抽过那张燕云的悬赏令,转身便启程。
他躺在饮马绿洲那燕云罕见的翠色上缩着身子咳嗽,那夜有月,冷霖风的马蹄声在他耳边响起,也不能引起他的兴趣。
那声音好像很惊讶。
“唐公子?”
唐竭发着抖坐起来,看到冷霖风微红得眼睛,心跳就加速了。
“小军爷,你这是怎么了?”
冷霖风脸上没有笑意,只有来不及掩饰的哀伤。
“少堡主去世了。”
这事情唐竭是听说了的,但是他迁怒韩秋盈迁怒神威堡,并未留意。
唐竭道:“你是不是悲痛欲绝?要不你给我一枪,我给你一扇,我们同归于尽?”
冷霖风还记得这个公子的古怪性子,可他如此轻松地说出这个提议还是让人无法理解。
冷霖风没说话,只解下了披风扔给他。
“这里很冷。”
唐竭见那披风被风吹动,一把揪住,却不披上,“你们这里天气太差了,不如去我巴蜀,风水秀丽甲天下。”
冷霖风摇头,“不可能。”
唐竭哼了一声,将那披风塞到他怀里,转身就走。
冷霖风沉静的声音在他身后,“你去哪儿?”
唐竭头也不回,“关你什么事?”
冷霖风两步追上他,将一酒囊递到他眼前,“喝么?”
唐竭一把拿了过去,嘲讽他,“你不是说军营禁酒么?”
冷霖风道:“偶尔也有光靠心智抵抗不了的愁苦,不得不仰仗杜康。”
火烈的味道像燃了一团火在唐竭胸口,冷霖风看着他皱眉的样子,突然极单纯地问他——
“有没有人说过,你长得很好看?”
清冷月色中,唐竭笑得矜持,“每个人都这么说。”
后来唐竭随几个同僚一起跟随黄元文夜探元昊堂,任务结束,与万里杀的人马道别后,唐竭压着帽檐跑去百里营边游荡,冷霖风鬼魅一般地到他身后时,他正忐忑地看着门口守卫换班。
“唐公子别来无恙。”
唐竭大惊,“我蒙着面纱你也认得出来?!”
冷霖风道:“你的眼睛,眼神很让人难忘。”
“对了,你这回不是路过的吧?”
唐竭哼了一声,“就是路过的。”
冷霖风笑了,“那你一定不是来找我的咯?”
唐竭下意识回顶,“就是——”
……
……
……
现在的唐公子回想起来才猛然惊觉——冷霖风很能言善道的嘛!卑鄙!无耻!
再后来数次的相见中,冷霖风已策马带着他逛遍了大漠,直到怀里的唐公子说了实话:“冷霖风,你们这里到处都长得差不多,有什么可看的……”

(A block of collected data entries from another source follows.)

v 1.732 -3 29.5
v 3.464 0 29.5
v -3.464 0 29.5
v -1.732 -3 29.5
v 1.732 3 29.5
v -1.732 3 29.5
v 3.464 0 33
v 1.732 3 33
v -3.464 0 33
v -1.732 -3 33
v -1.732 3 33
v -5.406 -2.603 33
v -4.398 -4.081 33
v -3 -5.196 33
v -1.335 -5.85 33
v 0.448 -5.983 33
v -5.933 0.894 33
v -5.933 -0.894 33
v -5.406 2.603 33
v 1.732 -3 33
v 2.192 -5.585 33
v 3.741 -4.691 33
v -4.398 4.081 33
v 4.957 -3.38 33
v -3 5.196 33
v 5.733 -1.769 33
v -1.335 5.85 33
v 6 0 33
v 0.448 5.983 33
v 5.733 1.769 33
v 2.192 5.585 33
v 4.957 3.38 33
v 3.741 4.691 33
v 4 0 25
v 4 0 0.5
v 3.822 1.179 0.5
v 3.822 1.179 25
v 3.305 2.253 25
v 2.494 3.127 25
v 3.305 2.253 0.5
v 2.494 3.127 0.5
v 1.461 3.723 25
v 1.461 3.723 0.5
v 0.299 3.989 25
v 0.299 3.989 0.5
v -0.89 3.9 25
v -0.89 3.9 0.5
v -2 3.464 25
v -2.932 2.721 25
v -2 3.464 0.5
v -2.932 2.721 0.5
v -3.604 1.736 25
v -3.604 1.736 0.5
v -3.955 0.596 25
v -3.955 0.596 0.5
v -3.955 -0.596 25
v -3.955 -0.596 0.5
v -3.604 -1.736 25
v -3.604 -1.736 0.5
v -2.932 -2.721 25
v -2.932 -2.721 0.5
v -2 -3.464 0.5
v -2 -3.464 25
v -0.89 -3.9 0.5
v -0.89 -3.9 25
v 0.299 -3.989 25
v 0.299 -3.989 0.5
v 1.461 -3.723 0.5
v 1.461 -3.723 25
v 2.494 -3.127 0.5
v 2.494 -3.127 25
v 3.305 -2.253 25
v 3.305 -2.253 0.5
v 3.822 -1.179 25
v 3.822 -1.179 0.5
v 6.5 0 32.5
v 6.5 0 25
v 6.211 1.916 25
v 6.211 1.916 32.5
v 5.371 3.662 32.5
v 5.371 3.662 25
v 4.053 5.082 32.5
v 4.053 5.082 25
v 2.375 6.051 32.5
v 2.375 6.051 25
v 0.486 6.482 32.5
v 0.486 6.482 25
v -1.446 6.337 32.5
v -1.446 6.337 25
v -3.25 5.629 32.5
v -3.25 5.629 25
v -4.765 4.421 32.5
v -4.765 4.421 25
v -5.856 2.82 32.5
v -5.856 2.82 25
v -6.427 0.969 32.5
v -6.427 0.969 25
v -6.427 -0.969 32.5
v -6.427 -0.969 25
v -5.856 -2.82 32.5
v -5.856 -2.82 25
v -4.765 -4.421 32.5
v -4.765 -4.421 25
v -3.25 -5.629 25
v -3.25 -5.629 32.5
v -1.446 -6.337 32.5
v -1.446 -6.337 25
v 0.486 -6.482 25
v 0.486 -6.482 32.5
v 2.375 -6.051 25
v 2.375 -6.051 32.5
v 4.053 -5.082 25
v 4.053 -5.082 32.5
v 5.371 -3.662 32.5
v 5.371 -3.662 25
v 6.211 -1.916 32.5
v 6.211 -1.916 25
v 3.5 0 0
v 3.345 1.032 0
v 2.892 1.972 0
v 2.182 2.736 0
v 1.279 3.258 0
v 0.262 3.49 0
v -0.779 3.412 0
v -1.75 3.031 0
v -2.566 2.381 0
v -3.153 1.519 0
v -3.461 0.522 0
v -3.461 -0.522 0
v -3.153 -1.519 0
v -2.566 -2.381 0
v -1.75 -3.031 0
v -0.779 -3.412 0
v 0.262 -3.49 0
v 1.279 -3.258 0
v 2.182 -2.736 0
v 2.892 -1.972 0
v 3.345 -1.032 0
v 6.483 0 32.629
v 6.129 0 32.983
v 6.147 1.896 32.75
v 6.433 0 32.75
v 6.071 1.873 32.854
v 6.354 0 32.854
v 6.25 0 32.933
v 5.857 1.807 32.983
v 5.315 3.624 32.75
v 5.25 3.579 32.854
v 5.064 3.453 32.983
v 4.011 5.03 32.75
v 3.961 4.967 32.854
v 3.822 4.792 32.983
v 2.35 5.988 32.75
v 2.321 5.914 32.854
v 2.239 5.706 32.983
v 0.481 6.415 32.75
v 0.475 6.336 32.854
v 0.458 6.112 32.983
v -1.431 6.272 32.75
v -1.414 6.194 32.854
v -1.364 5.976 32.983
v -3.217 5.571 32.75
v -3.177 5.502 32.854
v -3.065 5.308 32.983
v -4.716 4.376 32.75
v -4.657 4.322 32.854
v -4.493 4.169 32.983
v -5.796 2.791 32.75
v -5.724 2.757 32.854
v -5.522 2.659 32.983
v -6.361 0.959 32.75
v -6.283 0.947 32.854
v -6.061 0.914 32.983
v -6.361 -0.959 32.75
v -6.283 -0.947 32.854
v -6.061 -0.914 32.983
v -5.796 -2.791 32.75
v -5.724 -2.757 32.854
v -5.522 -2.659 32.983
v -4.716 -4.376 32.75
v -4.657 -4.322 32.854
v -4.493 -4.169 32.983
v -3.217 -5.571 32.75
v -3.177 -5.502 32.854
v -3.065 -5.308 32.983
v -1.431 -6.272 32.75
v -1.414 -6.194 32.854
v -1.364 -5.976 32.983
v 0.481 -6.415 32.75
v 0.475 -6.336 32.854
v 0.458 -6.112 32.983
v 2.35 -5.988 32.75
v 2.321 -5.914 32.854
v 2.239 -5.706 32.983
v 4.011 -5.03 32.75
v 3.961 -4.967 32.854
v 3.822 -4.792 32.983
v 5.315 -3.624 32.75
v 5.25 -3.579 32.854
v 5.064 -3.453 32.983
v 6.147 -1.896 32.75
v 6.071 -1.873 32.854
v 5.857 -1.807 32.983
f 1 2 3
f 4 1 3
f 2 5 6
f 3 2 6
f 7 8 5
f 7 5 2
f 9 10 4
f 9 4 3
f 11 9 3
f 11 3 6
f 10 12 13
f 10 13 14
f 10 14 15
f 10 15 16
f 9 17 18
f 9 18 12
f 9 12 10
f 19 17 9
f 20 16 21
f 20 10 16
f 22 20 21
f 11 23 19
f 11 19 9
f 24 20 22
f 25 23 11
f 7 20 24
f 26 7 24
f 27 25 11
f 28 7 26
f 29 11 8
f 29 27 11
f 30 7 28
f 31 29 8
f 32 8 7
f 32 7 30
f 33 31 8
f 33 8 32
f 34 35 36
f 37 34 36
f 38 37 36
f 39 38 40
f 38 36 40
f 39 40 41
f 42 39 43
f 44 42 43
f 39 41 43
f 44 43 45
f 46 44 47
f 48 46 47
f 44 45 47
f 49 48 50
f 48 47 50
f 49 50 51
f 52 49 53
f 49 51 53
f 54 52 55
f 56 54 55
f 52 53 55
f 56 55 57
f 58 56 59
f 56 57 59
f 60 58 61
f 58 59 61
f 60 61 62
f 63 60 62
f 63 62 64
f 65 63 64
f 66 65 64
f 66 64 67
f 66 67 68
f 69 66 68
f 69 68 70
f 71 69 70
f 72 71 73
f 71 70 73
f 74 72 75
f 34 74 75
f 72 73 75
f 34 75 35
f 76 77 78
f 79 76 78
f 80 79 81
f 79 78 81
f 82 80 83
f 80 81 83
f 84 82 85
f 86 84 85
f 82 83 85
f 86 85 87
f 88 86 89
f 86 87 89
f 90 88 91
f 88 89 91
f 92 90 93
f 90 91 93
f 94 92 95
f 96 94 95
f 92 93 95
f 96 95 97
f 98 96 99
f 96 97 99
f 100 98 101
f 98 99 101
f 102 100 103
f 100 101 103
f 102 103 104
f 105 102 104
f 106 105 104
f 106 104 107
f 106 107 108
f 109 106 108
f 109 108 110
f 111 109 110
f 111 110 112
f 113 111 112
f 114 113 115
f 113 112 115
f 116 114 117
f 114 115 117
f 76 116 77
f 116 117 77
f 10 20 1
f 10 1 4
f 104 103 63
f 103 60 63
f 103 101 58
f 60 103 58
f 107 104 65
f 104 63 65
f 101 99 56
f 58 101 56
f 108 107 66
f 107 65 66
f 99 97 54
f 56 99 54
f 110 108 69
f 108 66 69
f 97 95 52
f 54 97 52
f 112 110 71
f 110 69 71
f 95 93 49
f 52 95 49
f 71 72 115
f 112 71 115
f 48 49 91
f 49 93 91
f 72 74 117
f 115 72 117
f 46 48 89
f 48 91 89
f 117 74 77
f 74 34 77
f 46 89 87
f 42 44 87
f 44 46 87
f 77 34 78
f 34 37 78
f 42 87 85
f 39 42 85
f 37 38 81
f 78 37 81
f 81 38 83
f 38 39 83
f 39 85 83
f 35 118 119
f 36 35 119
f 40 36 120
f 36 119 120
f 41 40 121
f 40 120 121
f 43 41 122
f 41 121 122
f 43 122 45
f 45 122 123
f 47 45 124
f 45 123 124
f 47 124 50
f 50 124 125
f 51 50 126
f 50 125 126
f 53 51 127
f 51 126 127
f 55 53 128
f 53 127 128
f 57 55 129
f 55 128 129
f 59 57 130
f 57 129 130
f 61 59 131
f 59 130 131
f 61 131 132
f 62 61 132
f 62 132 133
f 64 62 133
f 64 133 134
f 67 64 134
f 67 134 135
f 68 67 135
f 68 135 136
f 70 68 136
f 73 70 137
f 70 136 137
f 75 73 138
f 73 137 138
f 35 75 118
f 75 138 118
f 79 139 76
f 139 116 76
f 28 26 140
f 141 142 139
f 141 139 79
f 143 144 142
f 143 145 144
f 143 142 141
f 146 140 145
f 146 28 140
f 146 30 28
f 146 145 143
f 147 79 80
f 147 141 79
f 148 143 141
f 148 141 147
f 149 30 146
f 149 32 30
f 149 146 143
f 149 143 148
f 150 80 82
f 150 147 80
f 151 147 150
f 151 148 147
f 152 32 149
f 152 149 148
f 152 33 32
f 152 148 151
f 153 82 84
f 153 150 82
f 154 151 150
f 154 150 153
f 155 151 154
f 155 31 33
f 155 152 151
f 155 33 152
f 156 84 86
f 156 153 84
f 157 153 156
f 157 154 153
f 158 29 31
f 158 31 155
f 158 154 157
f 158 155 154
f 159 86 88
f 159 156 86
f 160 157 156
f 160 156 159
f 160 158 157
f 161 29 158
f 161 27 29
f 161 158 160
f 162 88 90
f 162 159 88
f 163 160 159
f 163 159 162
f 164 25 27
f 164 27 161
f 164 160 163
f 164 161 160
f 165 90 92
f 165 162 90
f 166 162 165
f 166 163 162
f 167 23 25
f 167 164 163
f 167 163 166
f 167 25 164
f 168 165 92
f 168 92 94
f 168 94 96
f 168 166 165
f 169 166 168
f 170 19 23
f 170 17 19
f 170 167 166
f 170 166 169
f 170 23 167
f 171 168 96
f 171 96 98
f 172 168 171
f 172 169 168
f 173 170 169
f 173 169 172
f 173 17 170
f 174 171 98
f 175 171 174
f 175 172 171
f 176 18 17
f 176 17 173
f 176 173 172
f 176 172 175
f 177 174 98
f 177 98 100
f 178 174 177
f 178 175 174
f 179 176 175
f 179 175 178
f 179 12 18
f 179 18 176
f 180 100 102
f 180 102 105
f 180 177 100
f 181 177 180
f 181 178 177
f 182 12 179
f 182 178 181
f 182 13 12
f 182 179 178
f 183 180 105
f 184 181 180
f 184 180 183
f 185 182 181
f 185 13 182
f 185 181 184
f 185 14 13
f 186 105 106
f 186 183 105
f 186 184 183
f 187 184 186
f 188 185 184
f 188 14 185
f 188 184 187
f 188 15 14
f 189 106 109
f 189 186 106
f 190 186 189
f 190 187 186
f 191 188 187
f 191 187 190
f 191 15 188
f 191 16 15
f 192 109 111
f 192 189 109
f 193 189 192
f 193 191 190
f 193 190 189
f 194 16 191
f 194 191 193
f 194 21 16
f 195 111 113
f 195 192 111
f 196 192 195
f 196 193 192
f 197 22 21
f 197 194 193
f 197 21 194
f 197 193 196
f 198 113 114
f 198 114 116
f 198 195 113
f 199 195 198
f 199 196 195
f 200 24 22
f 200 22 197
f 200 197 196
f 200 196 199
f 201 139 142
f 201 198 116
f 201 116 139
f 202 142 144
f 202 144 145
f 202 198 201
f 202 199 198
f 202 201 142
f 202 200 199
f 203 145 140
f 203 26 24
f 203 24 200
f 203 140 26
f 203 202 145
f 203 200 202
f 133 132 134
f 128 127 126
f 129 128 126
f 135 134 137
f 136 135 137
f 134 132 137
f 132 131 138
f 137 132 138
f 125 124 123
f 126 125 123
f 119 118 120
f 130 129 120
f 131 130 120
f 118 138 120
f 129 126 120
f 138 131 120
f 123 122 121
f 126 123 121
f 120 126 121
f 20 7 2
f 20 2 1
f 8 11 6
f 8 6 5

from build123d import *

# Parameters (mm, degrees)
ESQUISSE1_R             = 4
BASE_EXTRUSION_DEPTH    = 25
ESQUISSE2_R             = 6.5
BOSS_EXTRU_1_DEPTH      = 8
ENL_V_MAT_EXTRU_1_DEPTH = 3.5
CONG_2_R                = 0.5
CHANFREIN1_SIZE         = 0.5


with BuildPart() as part:
    # Esquisse1 → Base-Extrusion (new body)
    with BuildSketch(Plane.XY):
        Circle(ESQUISSE1_R)
    extrude(amount=BASE_EXTRUSION_DEPTH)

    # Esquisse2 → Boss.-Extru.1 (add)
    with BuildSketch(Plane.XY.offset(25)):
        Circle(ESQUISSE2_R)
    extrude(amount=BOSS_EXTRU_1_DEPTH)

    # Esquisse3 → Enlèv. mat.-Extru.1 (cut)
    with BuildSketch(Plane.XY.offset(33)):
        Polygon((-1.732050808, 3), (1.732050808, 3), (3.464101615, 0), (1.732050808, -3), (-1.732050808, -3), (-3.464101615, 0), align=None)
    extrude(amount=-ENL_V_MAT_EXTRU_1_DEPTH, mode=Mode.SUBTRACT)

    # Congé2
    cong_2_edges = [part.edges().sort_by_distance(p)[0] for p in [
        (-6.5, 0, 33),
    ]]
    fillet(cong_2_edges, radius=CONG_2_R)

    # Chanfrein1
    chanfrein1_edges = [part.edges().sort_by_distance(p)[0] for p in [
        (-4, 0, 0),
    ]]
    chamfer(chanfrein1_edges, length=CHANFREIN1_SIZE)


solid = part.part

冷霖风道:“也对,公子看遍了巴蜀山水,这里有什么能入眼的呢……”
唐竭道:“好像也还是有什么可以入眼的啊。”
冷霖风转头疑问间,唐竭已笑道:“你就挺能入眼的。”
冷霖风看着他的笑容发愣,突变的心跳让他很紧张,胳膊一收,扣在唐竭腰间,策马缓行……

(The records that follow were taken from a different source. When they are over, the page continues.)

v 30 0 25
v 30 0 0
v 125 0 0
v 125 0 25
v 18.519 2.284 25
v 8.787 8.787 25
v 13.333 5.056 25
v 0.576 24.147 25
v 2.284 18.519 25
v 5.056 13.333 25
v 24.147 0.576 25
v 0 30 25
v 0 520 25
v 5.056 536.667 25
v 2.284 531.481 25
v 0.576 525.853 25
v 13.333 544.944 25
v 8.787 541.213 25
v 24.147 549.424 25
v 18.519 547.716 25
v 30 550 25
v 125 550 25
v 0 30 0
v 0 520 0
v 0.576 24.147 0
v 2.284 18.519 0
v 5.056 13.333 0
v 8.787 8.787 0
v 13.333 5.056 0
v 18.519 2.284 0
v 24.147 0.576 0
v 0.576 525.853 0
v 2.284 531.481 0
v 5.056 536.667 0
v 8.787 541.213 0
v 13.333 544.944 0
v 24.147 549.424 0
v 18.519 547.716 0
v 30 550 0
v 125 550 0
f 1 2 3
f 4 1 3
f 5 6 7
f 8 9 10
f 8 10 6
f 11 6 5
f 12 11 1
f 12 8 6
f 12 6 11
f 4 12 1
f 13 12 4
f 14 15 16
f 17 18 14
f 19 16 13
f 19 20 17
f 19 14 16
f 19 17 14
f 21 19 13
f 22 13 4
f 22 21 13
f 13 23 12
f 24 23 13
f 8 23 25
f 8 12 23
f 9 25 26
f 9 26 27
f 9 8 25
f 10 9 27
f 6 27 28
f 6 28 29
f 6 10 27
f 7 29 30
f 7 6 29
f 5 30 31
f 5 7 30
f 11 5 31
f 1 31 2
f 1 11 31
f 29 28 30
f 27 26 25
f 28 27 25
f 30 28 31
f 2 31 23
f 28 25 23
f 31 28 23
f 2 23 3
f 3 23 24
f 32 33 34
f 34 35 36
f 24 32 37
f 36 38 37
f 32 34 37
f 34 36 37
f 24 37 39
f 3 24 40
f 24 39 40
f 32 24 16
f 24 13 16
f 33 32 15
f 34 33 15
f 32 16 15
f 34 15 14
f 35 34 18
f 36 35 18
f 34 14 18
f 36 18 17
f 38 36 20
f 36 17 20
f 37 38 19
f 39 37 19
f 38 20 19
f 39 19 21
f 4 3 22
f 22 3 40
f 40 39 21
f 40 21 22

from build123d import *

# Parameters (mm, degrees)
SKETCH1_W           = 125
SKETCH1_H           = 550
BOSS_EXTRUDE1_DEPTH = 25
FILLET4_R           = 30
FILLET5_R           = 30


with BuildPart() as part:
    # Sketch1 → Boss-Extrude1 (new body)
    with BuildSketch(Plane.XY):
        with Locations((62.5, 275)):
            Rectangle(SKETCH1_W, SKETCH1_H)
    extrude(amount=BOSS_EXTRUDE1_DEPTH)

    # Fillet4
    fillet4_edges = [part.edges().sort_by_distance(p)[0] for p in [
        (0, 550, 12.5),
    ]]
    fillet(fillet4_edges, radius=FILLET4_R)

    # Fillet5
    fillet5_edges = [part.edges().sort_by_distance(p)[0] for p in [
        (0, 0, 12.5),
    ]]
    fillet(fillet5_edges, radius=FILLET5_R)


solid = part.part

夜晚两人站在高耸的怪石上看月亮,冷霖风轻叹月色如玉,唐竭便低低唤他:“霖风,你还不知道我的名字罢?”
他微笑,“唐青玹,玹就是玉色,怎么样,好听么?”
冷霖风诚实道:“很好听。”
唐竭问道:“这燕云哪里好,你为什么不愿意去别的地方?”
冷霖风淡淡道:“故乡就是故乡,何况一入神威,沙场无疆,我想为少堡主守在这里。”
唐竭听着话里的坚定,皱起眉别了头,“我不想呆在这儿,你能不能跟我走?”
冷霖风何尝听不出他话里的意思,却只以沉默回答了他。
唐竭愤而离去,一去就很久都没有再来。
他再来时就突然变得很疲惫,倒在榻上低低地念了那首词——
常羡人间琢玉郎,天应乞与点酥娘。自作清歌传皓齿,风起,雪飞炎海变清凉。万里归来年愈少,微笑,笑时犹带岭梅香。试问岭南应不好?却道,此心安处是吾乡。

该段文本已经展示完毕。